Hanover College Triangle on
the Nagasaki Bombing
(December 14, 1945)
World War II came to a swift end after the first two atomic bombs were dropped on Japan. The first was dropped on August 6, 1945, on the city of Hiroshima. The second was dropped on Nagasaki, on August 9, 1945. Thousands of people lost their lives in the initial blast, and many more died from burns and the radiation following the explosion. Once peace talks began, Japan proposed a negotiated peace, but after three years of war with Japan, the United States would only accept a complete surrender. The formal surrender of Japan took place on September 2, 1945, on the U.S.S. Missouri. - Kyle Deglow '11
Source: The Manhattan Project: An Interactive History
N.B. The text below is transcribed verbatim, including the occasional typographical error.
In a letter recently received by Prof. Ned Guthrie from Lt. (j.g.) Howard W.
Hillis, a former Hanover student of '37, there is a striking account of the
destruction of Nagasaki as a result of the atomic bomb.

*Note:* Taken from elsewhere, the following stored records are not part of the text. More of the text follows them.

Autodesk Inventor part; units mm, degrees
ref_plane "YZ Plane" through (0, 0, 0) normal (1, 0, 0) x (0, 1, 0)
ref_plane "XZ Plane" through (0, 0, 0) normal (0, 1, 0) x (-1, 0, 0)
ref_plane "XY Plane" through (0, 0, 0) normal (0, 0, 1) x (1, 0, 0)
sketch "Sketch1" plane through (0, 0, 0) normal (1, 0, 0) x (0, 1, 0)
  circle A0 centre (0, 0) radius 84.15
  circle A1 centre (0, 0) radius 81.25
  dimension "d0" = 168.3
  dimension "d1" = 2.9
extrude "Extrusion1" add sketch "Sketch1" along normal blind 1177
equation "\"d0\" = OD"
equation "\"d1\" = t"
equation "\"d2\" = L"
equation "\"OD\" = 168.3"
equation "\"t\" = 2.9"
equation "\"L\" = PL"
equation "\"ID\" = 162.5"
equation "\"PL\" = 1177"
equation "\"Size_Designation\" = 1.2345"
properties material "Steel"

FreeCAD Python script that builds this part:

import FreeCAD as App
import Part
import Sketcher

V = App.Vector
Q = App.Units.Quantity

doc = App.newDocument("Part")
params = doc.addObject("Spreadsheet::Sheet", "Params")
for row, (alias, value) in enumerate([
    ("sketch1_diameter", "168.3 mm"),
    ("sketch1_diameter2", "162.5 mm"),
    ("pad1_length", "1177 mm"),
], start=1):
    params.set(f"A{row}", alias)
    params.set(f"B{row}", "=" + value)
    params.setAlias(f"B{row}", alias)

body = doc.addObject("PartDesign::Body", "Body")

# Sketch on YZ plane
sketch1 = doc.addObject("Sketcher::SketchObject", "Sketch")
body.addObject(sketch1)
sketch1.AttachmentSupport = (doc.YZ_Plane, [""])
sketch1.MapMode = "FlatFace"
sketch1.addGeometry([
    Part.Circle(V(0, 0, 0), V(0, 0, 1), 84),
    Part.Circle(V(0, 0, 0), V(0, 0, 1), 81),
], False)
sketch1.addConstraint([
    Sketcher.Constraint("Coincident", 0, 3, -1, 1),
    Sketcher.Constraint("Coincident", 1, 3, -1, 1),
    Sketcher.Constraint("Diameter", 0, Q("168.3 mm")),
    Sketcher.Constraint("Diameter", 1, Q("162.5 mm")),
])
sketch1.setExpression("Constraints[2]", "Params.sketch1_diameter")
sketch1.setExpression("Constraints[3]", "Params.sketch1_diameter2")
pad1 = doc.addObject("PartDesign::Pad", "Pad")
body.addObject(pad1)
pad1.Profile = sketch1
pad1.setExpression("Length", "Params.pad1_length")

doc.recompute()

Lt. Hillis is now situated at Sasebo, a part of the Kyushu Islands, and not
far distant from the ill-fated city of Nagasaki. The young navel officer writes
that the newspaper accounts of the damage caused by the atomic bomb were not
exaggerated in the least. "A whole strip, or rather a circle of the city
as wide as the distance from the Hanover post office to the site where Classic
Hall once stood, has been leveled"-this includes everything, all architectural
structures and all forms of vegetation. Even outside this large area, the damage
was great. The industrial section of Nagasaki was so badly damaged that nothing
remains in a condition suitable for operation.

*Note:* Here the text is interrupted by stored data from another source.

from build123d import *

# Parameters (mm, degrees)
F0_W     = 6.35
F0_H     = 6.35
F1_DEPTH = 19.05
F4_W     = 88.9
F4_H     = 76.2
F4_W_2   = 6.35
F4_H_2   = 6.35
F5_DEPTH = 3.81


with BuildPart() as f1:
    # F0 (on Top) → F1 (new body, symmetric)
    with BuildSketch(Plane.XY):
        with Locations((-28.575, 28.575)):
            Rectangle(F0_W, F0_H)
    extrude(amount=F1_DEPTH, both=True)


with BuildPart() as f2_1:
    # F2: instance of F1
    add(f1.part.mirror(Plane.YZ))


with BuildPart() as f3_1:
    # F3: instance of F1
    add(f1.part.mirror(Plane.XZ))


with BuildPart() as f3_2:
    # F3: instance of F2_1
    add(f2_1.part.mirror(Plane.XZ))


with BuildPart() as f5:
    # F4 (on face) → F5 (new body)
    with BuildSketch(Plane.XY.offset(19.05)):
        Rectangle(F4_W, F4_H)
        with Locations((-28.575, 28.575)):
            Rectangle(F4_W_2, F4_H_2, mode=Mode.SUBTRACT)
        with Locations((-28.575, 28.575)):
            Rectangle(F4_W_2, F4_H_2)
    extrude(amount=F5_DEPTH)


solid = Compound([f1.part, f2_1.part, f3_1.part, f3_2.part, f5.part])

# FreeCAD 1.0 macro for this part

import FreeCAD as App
import Part
import Sketcher

V = App.Vector
Q = App.Units.Quantity

doc = App.newDocument("Part")
body = doc.addObject("PartDesign::Body", "Body")

# Sketch on XY plane
sketch1 = doc.addObject("Sketcher::SketchObject", "Sketch")
body.addObject(sketch1)
sketch1.AttachmentSupport = (doc.XY_Plane, [""])
sketch1.MapMode = "FlatFace"
sketch1.addGeometry([
    Part.LineSegment(V(-32, 32, 0), V(-32, 25, 0)),
    Part.LineSegment(V(-32, 25, 0), V(-25, 25, 0)),
    Part.LineSegment(V(-25, 25, 0), V(-25, 32, 0)),
    Part.LineSegment(V(-25, 32, 0), V(-32, 32, 0)),
], False)
sketch1.addConstraint([
    Sketcher.Constraint("Coincident", 0, 2, 1, 1),
    Sketcher.Constraint("Coincident", 1, 2, 2, 1),
    Sketcher.Constraint("Coincident", 2, 2, 3, 1),
    Sketcher.Constraint("Coincident", 3, 2, 0, 1),
    Sketcher.Constraint("Vertical", 0),
    Sketcher.Constraint("Horizontal", 1),
    Sketcher.Constraint("Vertical", 2),
    Sketcher.Constraint("Horizontal", 3),
    Sketcher.Constraint("Equal", 3, 0),
    Sketcher.Constraint("DistanceY", -1, 1, 0, 2, Q("1 in")),
    Sketcher.Constraint("DistanceX", 1, 2, -1, 1, Q("1 in")),
    Sketcher.Constraint("DistanceX", 1, 1, 1, 2, Q("0.25 in")),
])
pad1 = doc.addObject("PartDesign::Pad", "Pad")
body.addObject(pad1)
pad1.Profile = sketch1
pad1.Length = Q("1.5 in")
pad1.Midplane = True
body2 = doc.addObject("PartDesign::Body", "Body001")
doc.recompute()

mirroring = doc.addObject("Part::Mirroring", "Mirroring")
mirroring.Source = body
mirroring.Base = V(0, 0, 0)
mirroring.Normal = V(1, 0, 0)
body2.BaseFeature = mirroring
doc.recompute()
body3 = doc.addObject("PartDesign::Body", "Body002")
doc.recompute()

mirroring2 = doc.addObject("Part::Mirroring", "Mirroring001")
mirroring2.Source = body
mirroring2.Base = V(0, 0, 0)
mirroring2.Normal = V(0, -1, 0)
body3.BaseFeature = mirroring2
doc.recompute()
body4 = doc.addObject("PartDesign::Body", "Body003")
doc.recompute()

mirroring3 = doc.addObject("Part::Mirroring", "Mirroring002")
mirroring3.Source = body2
mirroring3.Base = V(0, 0, 0)
mirroring3.Normal = V(0, -1, 0)
body4.BaseFeature = mirroring3
doc.recompute()
body5 = doc.addObject("PartDesign::Body", "Body004")

# Sketch on XY plane
sketch2 = doc.addObject("Sketcher::SketchObject", "Sketch001")
body5.addObject(sketch2)
sketch2.AttachmentSupport = (doc.getObject("XY_Plane004"), [""])
sketch2.MapMode = "FlatFace"
sketch2.AttachmentOffset = App.Placement(V(0, 0, 0.75 * 25.4), App.Rotation())
sketch2.addGeometry([
    Part.LineSegment(V(-44, 38, 0), V(-44, -38, 0)),
    Part.LineSegment(V(-44, -38, 0), V(44, -38, 0)),
    Part.LineSegment(V(44, -38, 0), V(44, 38, 0)),
    Part.LineSegment(V(44, 38, 0), V(-44, 38, 0)),
], False)
sketch2.addConstraint([
    Sketcher.Constraint("Coincident", 0, 2, 1, 1),
    Sketcher.Constraint("Coincident", 1, 2, 2, 1),
    Sketcher.Constraint("Coincident", 2, 2, 3, 1),
    Sketcher.Constraint("Coincident", 3, 2, 0, 1),
    Sketcher.Constraint("Vertical", 0),
    Sketcher.Constraint("Horizontal", 1),
    Sketcher.Constraint("Vertical", 2),
    Sketcher.Constraint("Horizontal", 3),
    Sketcher.Constraint("Symmetric", 0, 2, 2, 2, -1, 1),
    Sketcher.Constraint("DistanceY", 0, 2, 0, 1, Q("3 in")),
    Sketcher.Constraint("DistanceX", 1, 1, 1, 2, Q("3.5 in")),
])
pad2 = doc.addObject("PartDesign::Pad", "Pad001")
body5.addObject(pad2)
pad2.Profile = sketch2
pad2.Length = Q("0.15 in")
mirroring.Visibility = False
mirroring2.Visibility = False
mirroring3.Visibility = False

doc.recompute()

"Nagasaki was built in a valley which is surrounded by medium sized mountains.
Some of the buildings had been located on the sides of the valley at quite a
higher level than the city proper. Debris from the bombed portion of the city
was hurled high up into this elevated part. There was no bomb crater and the
actual point at which the bomb hit can only be surmised or calculated by figuring
out the center of the devastated area."
Lt. Hillis also states that the climate in Japan is quite nice-just cool enough
to be comfortable. It seldom rains and the sun is usually shining. "It
is the kind of weather California advertises, but seldom has."
Strangely enough, the Japanese do not seem to resent the military personnel
and police force which have been set over them. "Quite a few of the Japanese
people speak English and these are only too willing to associate with the Americans."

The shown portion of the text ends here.